Хотя письмо Ксении, особенно под конец, рассердило Лопатина, в практическом смысле она по-своему была права. Война идет три года, и неизвестно, сколько еще продлится, он жив, дочь выросла, его бывшая жена вышла замуж и собирается вместе с мужем и театром вернуться из эвакуации в Москву, стало быть, следует, не откладывая до конца войны, определиться: кто, где и как намерен жить дальше.
В последнее время московский быт Лопатина складывался между поездками на фронт не совсем так, как ему думалось весной сорок второго года, когда он, давая вольную жене, сказал, что их московская квартира будет не нужна ему до конца войны. Она уже давно была нужна ему, не до зарезу, но нужна. На казарменном положении в редакции уже давно никто не жил; в гостинице «Москва», где когда-то на шестом этаже ютились корреспонденты, теперь москвичей уже не селили. В последние два своих приезда с фронта, осенью и зимой, он жил у Гурского, который еще не привез тогда из эвакуации мать. Короче говоря, выйдя из госпиталя, после которого сразу на фронт не пошлют, жить в Москве будет негде, хотя придется где-то сидеть и писать – и обещанный редактору рассказ, и никому, кроме себя, не обещанные дневники, запущенные из-за ранения и из-за того, что уже полтора месяца, никогда не оставаясь один, лежишь между кем-то и кем-то. Ему хотелось вернуться домой, в свой кабинет, спать там на своей привычной тахте и скрипеть перышком за своим привычным столом. И плевать он хотел на все остальное! Горечь давно успела превратиться в оскомину, а с оскоминой жить можно. В последний год от возвращения в квартиру его удерживали только собственные слова, когда-то сказанные Ксении. Он не привык неаккуратно обращаться со словами.
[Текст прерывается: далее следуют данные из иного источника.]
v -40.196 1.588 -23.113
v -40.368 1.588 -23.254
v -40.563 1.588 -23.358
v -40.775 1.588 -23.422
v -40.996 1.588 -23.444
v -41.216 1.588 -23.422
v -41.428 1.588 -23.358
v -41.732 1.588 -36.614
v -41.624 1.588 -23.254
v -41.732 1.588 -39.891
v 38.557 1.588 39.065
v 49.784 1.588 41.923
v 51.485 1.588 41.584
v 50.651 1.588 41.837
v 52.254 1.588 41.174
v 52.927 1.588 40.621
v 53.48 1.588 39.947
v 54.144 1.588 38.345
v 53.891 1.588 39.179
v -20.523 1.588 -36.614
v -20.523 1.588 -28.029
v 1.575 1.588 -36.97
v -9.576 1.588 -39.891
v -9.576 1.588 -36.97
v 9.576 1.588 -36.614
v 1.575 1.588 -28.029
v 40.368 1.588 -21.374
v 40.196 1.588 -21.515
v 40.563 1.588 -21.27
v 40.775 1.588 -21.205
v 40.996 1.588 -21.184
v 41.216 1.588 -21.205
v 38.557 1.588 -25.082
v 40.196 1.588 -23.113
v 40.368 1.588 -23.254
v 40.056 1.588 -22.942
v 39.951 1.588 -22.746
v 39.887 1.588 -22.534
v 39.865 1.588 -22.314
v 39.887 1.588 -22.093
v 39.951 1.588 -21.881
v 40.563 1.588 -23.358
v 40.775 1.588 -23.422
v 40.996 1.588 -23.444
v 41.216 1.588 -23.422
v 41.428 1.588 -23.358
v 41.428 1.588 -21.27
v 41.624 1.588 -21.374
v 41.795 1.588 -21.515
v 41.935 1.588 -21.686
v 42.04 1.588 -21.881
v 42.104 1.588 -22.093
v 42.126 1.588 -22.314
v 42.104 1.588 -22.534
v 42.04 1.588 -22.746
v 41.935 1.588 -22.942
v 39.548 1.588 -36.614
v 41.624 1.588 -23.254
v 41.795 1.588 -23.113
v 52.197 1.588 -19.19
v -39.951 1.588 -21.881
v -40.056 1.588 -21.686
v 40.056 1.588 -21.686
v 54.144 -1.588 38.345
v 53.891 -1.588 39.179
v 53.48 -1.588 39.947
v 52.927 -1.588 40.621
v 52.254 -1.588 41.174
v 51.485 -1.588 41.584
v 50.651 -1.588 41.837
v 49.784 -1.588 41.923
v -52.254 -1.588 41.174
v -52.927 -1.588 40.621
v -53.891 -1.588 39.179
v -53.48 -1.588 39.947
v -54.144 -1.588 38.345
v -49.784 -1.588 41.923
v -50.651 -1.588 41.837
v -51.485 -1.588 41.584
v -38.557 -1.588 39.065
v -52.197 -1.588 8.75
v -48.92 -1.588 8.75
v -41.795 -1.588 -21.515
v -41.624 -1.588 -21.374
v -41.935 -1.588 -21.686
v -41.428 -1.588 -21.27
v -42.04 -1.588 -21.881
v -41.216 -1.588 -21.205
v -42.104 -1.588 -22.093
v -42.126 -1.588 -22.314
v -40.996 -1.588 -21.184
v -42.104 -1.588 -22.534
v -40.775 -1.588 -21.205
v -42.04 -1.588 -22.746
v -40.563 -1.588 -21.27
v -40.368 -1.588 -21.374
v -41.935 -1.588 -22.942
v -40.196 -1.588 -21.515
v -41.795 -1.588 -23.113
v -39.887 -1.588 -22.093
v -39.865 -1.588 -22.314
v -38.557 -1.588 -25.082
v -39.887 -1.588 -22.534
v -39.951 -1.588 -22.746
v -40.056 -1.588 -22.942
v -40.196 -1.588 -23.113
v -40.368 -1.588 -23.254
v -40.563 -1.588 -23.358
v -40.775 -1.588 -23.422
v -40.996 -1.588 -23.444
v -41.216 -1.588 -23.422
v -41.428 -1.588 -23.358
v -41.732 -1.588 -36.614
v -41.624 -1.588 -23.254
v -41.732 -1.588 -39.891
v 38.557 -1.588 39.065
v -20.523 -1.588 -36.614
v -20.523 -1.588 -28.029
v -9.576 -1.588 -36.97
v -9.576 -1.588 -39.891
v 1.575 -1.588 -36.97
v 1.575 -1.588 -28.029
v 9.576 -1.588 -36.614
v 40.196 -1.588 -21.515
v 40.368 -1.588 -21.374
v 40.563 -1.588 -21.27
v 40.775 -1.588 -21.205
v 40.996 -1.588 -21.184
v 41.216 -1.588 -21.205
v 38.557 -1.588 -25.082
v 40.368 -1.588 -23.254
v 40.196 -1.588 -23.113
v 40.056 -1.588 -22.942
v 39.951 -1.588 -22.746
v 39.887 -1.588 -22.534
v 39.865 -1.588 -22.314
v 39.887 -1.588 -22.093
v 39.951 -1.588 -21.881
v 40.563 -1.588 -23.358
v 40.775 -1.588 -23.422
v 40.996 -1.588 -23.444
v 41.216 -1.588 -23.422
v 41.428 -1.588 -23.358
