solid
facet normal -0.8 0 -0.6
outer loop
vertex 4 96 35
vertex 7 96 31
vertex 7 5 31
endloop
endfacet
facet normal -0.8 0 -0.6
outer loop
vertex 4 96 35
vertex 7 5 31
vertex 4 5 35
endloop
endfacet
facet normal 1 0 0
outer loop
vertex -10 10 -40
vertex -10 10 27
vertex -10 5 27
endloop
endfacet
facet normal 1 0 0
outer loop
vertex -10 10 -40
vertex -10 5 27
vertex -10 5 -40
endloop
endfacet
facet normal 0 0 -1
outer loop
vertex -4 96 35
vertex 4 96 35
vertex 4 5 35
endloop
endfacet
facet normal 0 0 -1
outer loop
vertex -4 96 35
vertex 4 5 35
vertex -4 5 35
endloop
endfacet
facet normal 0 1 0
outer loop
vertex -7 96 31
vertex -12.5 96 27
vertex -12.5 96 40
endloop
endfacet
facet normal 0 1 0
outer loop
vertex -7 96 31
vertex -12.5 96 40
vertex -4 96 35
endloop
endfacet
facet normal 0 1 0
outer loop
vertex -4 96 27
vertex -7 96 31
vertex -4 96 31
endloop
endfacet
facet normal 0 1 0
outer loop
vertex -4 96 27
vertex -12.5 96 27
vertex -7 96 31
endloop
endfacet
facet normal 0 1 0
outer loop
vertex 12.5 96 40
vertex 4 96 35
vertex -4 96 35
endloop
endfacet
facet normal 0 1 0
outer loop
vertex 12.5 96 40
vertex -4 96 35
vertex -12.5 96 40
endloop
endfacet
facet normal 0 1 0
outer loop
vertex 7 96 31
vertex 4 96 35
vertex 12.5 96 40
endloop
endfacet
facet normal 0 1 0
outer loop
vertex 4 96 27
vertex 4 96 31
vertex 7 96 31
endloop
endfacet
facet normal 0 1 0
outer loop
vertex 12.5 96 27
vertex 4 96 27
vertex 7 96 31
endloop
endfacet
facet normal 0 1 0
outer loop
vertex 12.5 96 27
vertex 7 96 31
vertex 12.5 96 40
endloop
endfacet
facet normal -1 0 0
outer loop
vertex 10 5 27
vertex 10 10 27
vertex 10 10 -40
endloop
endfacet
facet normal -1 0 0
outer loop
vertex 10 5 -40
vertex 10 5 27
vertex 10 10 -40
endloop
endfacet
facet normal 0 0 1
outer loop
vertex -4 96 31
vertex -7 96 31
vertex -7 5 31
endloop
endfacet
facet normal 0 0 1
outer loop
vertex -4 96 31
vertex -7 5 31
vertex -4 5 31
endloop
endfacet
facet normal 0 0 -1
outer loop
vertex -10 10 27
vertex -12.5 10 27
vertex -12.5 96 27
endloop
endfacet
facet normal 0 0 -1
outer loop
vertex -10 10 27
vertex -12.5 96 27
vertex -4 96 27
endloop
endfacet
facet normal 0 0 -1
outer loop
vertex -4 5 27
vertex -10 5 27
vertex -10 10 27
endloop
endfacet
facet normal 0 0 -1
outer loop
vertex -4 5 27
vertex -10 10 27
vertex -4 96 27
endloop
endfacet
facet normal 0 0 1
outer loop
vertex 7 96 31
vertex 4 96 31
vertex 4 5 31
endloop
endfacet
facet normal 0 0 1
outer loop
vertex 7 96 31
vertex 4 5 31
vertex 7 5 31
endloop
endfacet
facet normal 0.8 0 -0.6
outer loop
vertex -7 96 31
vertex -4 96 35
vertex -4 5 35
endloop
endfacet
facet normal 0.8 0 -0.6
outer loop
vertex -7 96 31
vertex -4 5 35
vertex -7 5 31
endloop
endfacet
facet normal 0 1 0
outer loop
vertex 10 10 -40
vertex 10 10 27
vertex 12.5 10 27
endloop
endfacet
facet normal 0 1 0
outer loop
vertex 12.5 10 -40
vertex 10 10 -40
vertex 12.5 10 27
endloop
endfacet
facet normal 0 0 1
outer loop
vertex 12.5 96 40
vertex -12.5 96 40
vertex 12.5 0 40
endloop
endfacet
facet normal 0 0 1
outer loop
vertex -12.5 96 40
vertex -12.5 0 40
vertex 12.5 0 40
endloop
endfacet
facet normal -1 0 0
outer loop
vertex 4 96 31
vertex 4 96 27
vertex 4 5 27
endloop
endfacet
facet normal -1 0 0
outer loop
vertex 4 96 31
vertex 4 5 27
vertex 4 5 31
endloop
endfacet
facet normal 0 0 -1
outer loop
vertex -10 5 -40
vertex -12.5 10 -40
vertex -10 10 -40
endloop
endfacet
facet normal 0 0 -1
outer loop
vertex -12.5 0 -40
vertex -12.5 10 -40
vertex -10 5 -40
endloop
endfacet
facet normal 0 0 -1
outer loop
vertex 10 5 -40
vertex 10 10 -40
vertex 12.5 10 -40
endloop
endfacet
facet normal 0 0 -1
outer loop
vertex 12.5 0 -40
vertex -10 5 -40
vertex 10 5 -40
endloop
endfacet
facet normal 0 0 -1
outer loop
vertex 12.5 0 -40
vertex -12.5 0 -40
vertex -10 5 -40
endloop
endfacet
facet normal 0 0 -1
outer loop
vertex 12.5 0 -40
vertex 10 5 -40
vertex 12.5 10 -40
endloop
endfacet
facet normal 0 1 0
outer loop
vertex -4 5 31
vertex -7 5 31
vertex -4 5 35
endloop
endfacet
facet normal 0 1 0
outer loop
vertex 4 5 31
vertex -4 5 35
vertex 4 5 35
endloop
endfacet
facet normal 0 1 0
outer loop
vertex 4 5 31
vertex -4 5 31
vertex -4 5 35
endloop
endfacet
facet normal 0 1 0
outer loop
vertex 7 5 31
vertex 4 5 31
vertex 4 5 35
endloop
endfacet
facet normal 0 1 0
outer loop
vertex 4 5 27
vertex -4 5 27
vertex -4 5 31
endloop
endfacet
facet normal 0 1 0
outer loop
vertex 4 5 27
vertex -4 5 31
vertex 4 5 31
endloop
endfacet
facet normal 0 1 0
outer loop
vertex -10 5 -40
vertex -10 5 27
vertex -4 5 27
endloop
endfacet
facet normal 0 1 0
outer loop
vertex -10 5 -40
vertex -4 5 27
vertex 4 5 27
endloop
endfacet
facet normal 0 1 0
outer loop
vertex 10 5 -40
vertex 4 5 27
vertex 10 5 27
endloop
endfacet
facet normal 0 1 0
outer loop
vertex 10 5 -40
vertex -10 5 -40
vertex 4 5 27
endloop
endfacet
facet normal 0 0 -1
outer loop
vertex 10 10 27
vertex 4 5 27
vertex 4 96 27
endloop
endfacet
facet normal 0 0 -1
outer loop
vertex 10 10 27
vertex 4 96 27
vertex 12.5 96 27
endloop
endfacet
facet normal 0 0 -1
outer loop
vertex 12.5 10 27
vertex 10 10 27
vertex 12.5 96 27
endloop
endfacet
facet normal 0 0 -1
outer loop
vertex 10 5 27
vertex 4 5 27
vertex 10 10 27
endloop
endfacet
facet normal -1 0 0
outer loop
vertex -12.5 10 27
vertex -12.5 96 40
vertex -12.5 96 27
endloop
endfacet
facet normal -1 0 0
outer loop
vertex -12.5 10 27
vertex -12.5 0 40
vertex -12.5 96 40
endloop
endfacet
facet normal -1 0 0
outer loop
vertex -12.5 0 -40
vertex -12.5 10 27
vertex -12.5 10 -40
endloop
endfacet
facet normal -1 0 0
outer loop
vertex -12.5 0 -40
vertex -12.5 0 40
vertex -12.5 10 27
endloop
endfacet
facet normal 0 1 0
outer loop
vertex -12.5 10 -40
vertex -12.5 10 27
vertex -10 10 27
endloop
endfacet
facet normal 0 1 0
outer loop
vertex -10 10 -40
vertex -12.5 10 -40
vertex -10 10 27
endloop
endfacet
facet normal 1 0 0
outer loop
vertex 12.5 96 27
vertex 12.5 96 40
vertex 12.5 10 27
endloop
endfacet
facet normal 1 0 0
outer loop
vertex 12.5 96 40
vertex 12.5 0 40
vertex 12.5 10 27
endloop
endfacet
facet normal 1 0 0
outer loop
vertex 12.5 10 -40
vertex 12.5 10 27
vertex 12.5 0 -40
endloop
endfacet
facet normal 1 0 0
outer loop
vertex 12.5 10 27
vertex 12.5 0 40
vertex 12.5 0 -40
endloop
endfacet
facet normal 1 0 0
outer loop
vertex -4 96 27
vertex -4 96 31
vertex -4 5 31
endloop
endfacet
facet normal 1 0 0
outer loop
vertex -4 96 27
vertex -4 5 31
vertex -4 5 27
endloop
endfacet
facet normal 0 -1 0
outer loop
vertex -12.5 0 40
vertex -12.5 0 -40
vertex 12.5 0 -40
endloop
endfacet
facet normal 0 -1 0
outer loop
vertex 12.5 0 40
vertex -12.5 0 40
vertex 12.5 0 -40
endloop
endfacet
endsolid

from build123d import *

# Parameters (mm, degrees)
SKETCH1_W           = 25
SKETCH1_H           = 80
BOSS_EXTRUDE1_DEPTH = 10
SKETCH2_W           = 25
SKETCH2_H           = 13
BOSS_EXTRUDE2_DEPTH = 86
CUT_EXTRUDE1_DEPTH  = 91
SKETCH4_W           = 20
SKETCH4_H           = 67
CUT_EXTRUDE2_DEPTH  = 5


with BuildPart() as part:
    # Sketch1 → Boss-Extrude1 (new body)
    with BuildSketch(Plane(origin=(0, 0, 0), x_dir=(1, 0, 0), z_dir=(0, 1, 0))):
        Rectangle(SKETCH1_W, SKETCH1_H)
    extrude(amount=BOSS_EXTRUDE1_DEPTH)

    # Sketch2 → Boss-Extrude2 (add)
    with BuildSketch(Plane(origin=(0, 10, 0), x_dir=(1, 0, 0), z_dir=(0, 1, 0))):
        with Locations((0, -33.5)):
            Rectangle(SKETCH2_W, SKETCH2_H)
    extrude(amount=BOSS_EXTRUDE2_DEPTH)

    # Sketch3 → Cut-Extrude1 (cut)
    with BuildSketch(Plane(origin=(0, 96, 0), x_dir=(1, 0, 0), z_dir=(0, 1, 0))):
        Polygon((-4, -27), (4, -27), (4, -31), (7, -31), (4, -35), (-4, -35), (-7, -31), (-4, -31), align=None)
    extrude(amount=-CUT_EXTRUDE1_DEPTH, mode=Mode.SUBTRACT)

    # Sketch4 → Cut-Extrude2 (cut)
    with BuildSketch(Plane(origin=(0, 10, 0), x_dir=(1, 0, 0), z_dir=(0, 1, 0))):
        with Locations((0, 6.5)):
            Rectangle(SKETCH4_W, SKETCH4_H)
    extrude(amount=-CUT_EXTRUDE2_DEPTH, mode=Mode.SUBTRACT)


solid = part.part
Сегодняшнее письмо Ксении при всех его глупых подробностях упрощало дело. Как быть с остальным, следовало подумать, но явится Ксения или не явится, уедет или не уедет он на фронт до ее появления в Москве, чтобы перебраться из госпиталя домой, в свой собственный кабинет, не оставалось никаких, самому себе придуманных препятствий.
Сосед справа, полковник-артиллерист, уже не спал и, сидя на койке, прилаживался, как понадежнее стать на костыли – собирался выйти. Он так же, как и Велихов, был ранен в ногу, но потяжелее.
– Долго же вы спали, – сказал ему Лопатин.
– А что еще делать, когда войны нет? – Полковник, приладясь к костылям, встал на них. – Пошкандыбаю, разведаю, где лежит командир нашего батальона связи, некто Трофимов, подполковник. Не встречались с ним, когда бывали у нас в армии?
– Нет, – сказал Лопатин.
С подполковником Трофимовым он не встречался, так же как и с этим полковником-артиллеристом, так же как и с тысячами других людей, составлявших ту армию, в которой он бывал. Сколько ни пробудь даже в одной и той же армии, все узнанное там – лишь крупица неузнанного.
– Интересно понять, где теперь, после Крыма, наша армия, – сказал полковник. – Из одного письма усмотрел, что на Белорусских фронтах. Приезжай, пишут, поправляйся. Дышим самыми полезными для здоровья запахами: елкой и березой. Намекнули, что не кипарисами.
Полковник проковылял из палаты в коридор, а Лопатин подумал, что хорошо бы, когда начнется летнее наступление, угадать именно в их армию, которая дышит теперь елкой и березой. Тех, кто остается жив, война чем дальше идет, тем чаще возвращает к прошлому. И не такая уж случайность, что здесь, в госпитале, оба твоих соседа из двух армий, в которых бывал раньше. Когда на всех других фронтах уже затихало, самые последние и жестокие весенние бои вели в Крыму как раз обе эти армии, и та, из которой полковник, и та, из которой Велихов, и если обойти госпиталь, наверное, каждый третий долечивающий раны офицер сейчас оттуда, из Крыма.
Все, о чем он думал сегодня после встречи с дочерью, вышибло его из привычной колеи войны, а мысли, пришедшие сейчас, вновь вернули – туда. Да, еще последний день весны, еще не лето, – он оглядел палату, где вольготно стояли всего три койки и куда при нужде можно воткнуть еще три.
«И воткнут! Начнется наступление и – как только начнется – набьют до отказа все госпиталя и легкими, и тяжелыми, и безнадежными…»
Он, сам не желая того, вдруг вспомнил свой первый разговор с той женщиной, о которой уже давно старался не думать, – разговор об ее отце и о госпитале для безнадежных.